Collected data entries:
---------------

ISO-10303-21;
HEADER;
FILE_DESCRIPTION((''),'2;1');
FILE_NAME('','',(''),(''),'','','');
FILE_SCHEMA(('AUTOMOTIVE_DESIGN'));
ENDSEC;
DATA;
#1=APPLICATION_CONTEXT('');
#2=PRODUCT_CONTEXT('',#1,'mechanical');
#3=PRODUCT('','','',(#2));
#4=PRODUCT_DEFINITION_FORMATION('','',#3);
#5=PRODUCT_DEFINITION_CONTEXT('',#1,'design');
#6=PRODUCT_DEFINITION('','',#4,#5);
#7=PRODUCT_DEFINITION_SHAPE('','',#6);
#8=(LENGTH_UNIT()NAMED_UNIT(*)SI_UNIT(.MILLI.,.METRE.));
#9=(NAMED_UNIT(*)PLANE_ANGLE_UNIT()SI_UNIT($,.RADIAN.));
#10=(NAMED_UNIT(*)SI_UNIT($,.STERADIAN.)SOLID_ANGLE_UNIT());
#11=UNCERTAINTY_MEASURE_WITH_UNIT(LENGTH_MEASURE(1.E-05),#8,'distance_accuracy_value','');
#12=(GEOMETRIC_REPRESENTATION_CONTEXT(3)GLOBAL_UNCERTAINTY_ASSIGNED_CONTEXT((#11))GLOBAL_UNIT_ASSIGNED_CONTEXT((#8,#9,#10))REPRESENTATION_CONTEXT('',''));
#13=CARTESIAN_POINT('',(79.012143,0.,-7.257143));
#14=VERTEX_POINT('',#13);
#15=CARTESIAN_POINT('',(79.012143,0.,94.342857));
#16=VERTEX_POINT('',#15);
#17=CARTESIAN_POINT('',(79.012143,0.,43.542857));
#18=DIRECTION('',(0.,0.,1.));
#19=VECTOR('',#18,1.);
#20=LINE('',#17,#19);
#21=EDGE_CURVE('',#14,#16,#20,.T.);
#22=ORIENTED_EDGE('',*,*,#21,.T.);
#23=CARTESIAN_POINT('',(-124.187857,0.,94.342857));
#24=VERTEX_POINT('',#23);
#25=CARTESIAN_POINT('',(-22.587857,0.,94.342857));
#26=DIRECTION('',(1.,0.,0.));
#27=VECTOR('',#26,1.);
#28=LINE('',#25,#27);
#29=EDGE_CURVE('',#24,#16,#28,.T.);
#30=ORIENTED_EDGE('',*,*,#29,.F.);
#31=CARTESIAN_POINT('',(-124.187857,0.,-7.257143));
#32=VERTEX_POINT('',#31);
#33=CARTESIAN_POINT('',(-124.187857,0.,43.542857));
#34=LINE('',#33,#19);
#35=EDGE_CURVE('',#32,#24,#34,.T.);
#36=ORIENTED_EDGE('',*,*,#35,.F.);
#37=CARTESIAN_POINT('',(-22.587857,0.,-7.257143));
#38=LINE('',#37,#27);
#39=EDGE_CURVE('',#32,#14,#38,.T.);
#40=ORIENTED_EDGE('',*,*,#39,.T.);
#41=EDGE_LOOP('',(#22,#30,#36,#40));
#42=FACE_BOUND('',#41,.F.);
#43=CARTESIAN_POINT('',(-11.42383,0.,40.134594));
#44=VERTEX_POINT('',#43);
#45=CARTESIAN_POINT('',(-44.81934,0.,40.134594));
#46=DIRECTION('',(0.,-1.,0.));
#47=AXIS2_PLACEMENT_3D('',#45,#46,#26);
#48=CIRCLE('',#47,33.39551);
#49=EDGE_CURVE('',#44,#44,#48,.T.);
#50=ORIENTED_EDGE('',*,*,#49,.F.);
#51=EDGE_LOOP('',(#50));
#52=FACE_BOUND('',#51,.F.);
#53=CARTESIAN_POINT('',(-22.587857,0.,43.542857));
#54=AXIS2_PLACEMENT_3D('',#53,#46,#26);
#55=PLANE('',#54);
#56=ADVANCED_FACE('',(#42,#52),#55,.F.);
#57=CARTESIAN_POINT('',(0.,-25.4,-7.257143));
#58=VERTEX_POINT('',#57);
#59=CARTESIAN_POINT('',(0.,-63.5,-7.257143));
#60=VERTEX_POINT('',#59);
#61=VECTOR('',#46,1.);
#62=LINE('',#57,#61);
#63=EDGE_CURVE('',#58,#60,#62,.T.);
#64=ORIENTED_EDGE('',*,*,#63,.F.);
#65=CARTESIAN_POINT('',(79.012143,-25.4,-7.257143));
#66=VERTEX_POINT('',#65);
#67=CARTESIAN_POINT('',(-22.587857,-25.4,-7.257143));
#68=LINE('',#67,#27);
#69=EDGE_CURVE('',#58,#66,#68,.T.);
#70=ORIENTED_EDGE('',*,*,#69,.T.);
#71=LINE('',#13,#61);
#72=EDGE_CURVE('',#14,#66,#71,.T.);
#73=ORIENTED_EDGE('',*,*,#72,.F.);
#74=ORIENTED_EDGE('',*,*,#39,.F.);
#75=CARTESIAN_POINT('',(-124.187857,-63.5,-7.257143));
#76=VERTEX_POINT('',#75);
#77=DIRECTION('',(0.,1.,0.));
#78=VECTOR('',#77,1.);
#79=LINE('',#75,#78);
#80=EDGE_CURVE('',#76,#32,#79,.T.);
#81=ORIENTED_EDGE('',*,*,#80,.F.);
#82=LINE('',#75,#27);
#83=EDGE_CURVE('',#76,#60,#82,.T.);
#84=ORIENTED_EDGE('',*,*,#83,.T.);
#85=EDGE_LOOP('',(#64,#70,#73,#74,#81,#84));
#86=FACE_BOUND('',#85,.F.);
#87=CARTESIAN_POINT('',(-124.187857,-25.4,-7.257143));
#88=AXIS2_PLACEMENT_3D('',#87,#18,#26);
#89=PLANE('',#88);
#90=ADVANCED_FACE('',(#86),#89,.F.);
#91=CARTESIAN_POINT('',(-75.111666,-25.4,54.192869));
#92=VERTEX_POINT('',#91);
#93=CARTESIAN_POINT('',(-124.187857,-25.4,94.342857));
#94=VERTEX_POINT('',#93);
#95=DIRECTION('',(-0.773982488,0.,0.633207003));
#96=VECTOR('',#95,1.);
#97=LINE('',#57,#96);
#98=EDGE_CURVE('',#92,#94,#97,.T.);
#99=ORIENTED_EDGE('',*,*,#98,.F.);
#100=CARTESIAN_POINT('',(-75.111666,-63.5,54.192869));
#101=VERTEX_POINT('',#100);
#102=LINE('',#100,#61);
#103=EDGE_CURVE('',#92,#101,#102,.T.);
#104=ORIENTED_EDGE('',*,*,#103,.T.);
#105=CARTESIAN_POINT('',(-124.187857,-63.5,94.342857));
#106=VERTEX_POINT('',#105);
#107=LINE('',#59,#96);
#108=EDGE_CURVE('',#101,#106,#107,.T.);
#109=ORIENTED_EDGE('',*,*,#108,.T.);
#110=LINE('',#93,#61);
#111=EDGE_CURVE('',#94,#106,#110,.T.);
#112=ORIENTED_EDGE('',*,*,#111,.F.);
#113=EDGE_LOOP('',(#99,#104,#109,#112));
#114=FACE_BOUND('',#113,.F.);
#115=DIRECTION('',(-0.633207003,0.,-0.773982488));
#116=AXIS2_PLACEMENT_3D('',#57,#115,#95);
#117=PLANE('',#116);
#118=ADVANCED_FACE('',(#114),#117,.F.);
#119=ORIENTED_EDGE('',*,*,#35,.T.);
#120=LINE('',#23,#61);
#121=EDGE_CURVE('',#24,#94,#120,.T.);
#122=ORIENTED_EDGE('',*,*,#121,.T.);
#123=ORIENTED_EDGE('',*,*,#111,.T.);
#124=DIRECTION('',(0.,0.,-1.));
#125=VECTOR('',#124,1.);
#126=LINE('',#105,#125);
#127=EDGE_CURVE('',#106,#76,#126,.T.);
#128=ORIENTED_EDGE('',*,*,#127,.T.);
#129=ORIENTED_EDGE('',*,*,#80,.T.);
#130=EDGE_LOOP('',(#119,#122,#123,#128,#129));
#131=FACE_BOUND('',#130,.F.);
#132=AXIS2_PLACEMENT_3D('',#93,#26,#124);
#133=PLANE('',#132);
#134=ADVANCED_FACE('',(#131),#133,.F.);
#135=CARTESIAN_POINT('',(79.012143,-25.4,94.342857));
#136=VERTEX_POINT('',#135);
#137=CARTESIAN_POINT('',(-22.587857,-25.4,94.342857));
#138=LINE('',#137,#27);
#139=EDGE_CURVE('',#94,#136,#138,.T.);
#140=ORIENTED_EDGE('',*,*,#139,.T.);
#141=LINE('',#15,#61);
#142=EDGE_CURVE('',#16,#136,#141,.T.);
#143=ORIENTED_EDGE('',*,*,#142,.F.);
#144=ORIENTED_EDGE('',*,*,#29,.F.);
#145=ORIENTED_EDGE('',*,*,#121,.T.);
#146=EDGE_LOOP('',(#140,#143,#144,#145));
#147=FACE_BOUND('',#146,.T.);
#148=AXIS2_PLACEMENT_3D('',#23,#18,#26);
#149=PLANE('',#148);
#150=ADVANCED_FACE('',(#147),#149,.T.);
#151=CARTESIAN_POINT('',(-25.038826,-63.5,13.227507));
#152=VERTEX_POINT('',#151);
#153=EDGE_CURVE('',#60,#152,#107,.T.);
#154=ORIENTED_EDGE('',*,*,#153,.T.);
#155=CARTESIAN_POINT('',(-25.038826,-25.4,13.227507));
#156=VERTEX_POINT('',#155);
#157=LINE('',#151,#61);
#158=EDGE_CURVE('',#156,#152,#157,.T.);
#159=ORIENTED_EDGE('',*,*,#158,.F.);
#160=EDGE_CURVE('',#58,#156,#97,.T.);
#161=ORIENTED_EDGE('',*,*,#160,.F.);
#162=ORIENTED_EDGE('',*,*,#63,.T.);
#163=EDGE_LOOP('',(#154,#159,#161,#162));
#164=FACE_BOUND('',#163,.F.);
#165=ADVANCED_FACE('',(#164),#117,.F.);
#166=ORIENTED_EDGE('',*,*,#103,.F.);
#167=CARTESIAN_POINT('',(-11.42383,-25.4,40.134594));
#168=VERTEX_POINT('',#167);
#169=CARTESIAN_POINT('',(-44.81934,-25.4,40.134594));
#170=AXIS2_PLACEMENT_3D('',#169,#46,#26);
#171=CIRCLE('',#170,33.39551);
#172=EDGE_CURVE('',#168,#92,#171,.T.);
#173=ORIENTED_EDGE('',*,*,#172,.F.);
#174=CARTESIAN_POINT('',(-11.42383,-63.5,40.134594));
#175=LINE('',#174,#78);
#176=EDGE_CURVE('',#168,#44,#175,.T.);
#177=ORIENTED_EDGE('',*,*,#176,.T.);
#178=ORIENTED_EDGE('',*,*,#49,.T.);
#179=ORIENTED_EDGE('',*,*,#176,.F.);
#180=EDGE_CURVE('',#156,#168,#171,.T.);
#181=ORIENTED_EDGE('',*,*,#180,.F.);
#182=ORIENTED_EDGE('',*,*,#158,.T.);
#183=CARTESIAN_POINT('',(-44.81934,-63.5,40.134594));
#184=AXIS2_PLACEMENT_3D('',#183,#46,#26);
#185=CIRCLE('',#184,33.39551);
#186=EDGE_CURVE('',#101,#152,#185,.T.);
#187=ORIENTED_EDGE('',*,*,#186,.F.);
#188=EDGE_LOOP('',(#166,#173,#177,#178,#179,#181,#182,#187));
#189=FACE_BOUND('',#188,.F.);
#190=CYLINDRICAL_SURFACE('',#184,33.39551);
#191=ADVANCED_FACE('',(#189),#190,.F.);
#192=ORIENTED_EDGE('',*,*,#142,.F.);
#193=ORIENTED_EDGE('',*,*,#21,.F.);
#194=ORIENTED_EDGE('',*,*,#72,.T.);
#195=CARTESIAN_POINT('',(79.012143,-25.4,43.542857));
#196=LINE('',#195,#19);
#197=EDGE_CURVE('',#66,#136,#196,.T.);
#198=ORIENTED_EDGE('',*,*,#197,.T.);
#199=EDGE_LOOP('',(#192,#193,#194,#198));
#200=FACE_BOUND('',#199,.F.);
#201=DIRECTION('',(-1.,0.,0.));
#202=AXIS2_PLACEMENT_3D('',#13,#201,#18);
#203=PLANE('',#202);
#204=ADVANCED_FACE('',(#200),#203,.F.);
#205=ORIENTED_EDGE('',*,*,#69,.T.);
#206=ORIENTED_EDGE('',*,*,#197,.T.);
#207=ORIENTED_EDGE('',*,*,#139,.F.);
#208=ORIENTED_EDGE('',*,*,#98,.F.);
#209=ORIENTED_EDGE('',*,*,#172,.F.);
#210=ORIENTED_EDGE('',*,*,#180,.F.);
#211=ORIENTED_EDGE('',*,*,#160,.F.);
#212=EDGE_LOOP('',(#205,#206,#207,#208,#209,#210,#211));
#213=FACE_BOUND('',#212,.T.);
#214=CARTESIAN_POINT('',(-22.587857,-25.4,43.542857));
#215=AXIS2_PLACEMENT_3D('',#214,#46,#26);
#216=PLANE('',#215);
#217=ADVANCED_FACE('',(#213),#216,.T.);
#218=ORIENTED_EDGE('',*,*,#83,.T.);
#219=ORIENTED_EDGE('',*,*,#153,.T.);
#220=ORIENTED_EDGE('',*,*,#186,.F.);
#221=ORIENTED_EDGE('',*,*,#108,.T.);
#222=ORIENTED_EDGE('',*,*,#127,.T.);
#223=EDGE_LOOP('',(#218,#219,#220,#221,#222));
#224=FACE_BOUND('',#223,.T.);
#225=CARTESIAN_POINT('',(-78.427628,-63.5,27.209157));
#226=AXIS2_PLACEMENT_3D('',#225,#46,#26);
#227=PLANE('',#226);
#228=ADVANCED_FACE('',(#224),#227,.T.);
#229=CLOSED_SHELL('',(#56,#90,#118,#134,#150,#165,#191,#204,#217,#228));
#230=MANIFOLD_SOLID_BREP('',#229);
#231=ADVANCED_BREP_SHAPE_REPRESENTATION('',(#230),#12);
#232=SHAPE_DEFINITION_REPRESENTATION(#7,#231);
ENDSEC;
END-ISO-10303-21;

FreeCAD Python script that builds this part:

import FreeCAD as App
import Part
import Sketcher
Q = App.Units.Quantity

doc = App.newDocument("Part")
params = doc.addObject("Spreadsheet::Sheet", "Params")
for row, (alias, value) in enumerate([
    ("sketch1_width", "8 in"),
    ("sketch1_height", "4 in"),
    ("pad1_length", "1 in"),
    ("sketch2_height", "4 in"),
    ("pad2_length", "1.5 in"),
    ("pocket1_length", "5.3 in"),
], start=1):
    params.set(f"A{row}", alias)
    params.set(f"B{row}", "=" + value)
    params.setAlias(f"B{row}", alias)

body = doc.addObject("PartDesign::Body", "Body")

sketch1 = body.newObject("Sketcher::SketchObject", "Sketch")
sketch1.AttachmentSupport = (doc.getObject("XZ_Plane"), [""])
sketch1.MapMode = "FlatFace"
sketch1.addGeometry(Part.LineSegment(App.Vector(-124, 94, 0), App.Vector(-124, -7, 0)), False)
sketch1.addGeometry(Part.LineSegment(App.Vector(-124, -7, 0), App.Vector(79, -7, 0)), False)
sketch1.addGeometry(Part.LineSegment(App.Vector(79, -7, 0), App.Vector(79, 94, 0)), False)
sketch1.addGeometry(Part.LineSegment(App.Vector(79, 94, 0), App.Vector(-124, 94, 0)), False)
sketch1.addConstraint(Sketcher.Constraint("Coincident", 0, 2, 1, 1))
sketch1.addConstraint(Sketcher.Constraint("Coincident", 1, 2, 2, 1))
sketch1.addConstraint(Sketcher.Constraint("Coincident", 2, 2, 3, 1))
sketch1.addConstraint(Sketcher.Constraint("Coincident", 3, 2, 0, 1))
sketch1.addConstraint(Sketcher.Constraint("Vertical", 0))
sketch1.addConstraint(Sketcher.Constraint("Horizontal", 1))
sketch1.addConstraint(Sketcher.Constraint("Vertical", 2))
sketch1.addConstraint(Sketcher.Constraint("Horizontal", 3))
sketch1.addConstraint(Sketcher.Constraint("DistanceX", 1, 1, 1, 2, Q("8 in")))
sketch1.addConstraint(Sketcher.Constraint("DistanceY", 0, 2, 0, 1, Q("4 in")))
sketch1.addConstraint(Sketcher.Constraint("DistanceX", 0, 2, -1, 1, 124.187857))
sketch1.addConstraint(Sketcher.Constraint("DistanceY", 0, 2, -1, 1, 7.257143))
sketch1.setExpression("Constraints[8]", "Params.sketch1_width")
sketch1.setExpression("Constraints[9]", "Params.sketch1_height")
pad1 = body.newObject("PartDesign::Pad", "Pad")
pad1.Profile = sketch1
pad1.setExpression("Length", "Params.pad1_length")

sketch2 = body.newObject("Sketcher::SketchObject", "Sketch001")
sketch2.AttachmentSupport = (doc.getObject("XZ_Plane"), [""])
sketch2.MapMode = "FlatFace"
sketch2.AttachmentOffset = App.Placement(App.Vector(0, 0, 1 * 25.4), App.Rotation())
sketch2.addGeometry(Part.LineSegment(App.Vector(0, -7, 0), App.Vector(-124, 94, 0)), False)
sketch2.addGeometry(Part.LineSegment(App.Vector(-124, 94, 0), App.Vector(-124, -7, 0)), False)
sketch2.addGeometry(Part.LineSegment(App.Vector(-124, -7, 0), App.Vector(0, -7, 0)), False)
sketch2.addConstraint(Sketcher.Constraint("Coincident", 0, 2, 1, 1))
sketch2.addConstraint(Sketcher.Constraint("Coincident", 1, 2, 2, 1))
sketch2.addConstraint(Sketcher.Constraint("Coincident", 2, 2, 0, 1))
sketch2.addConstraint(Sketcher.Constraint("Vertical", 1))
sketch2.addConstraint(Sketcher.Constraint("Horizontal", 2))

---------------

- _WHAT TO PRODUCE_
Each line of the records that holds the word "DIRECTION" should be copied out.

- _TASK SOLUTION_
#18=DIRECTION('',(0.,0.,1.));
#26=DIRECTION('',(1.,0.,0.));
#46=DIRECTION('',(0.,-1.,0.));
#77=DIRECTION('',(0.,1.,0.));
#95=DIRECTION('',(-0.773982488,0.,0.633207003));
#115=DIRECTION('',(-0.633207003,0.,-0.773982488));
#124=DIRECTION('',(0.,0.,-1.));
#201=DIRECTION('',(-1.,0.,0.));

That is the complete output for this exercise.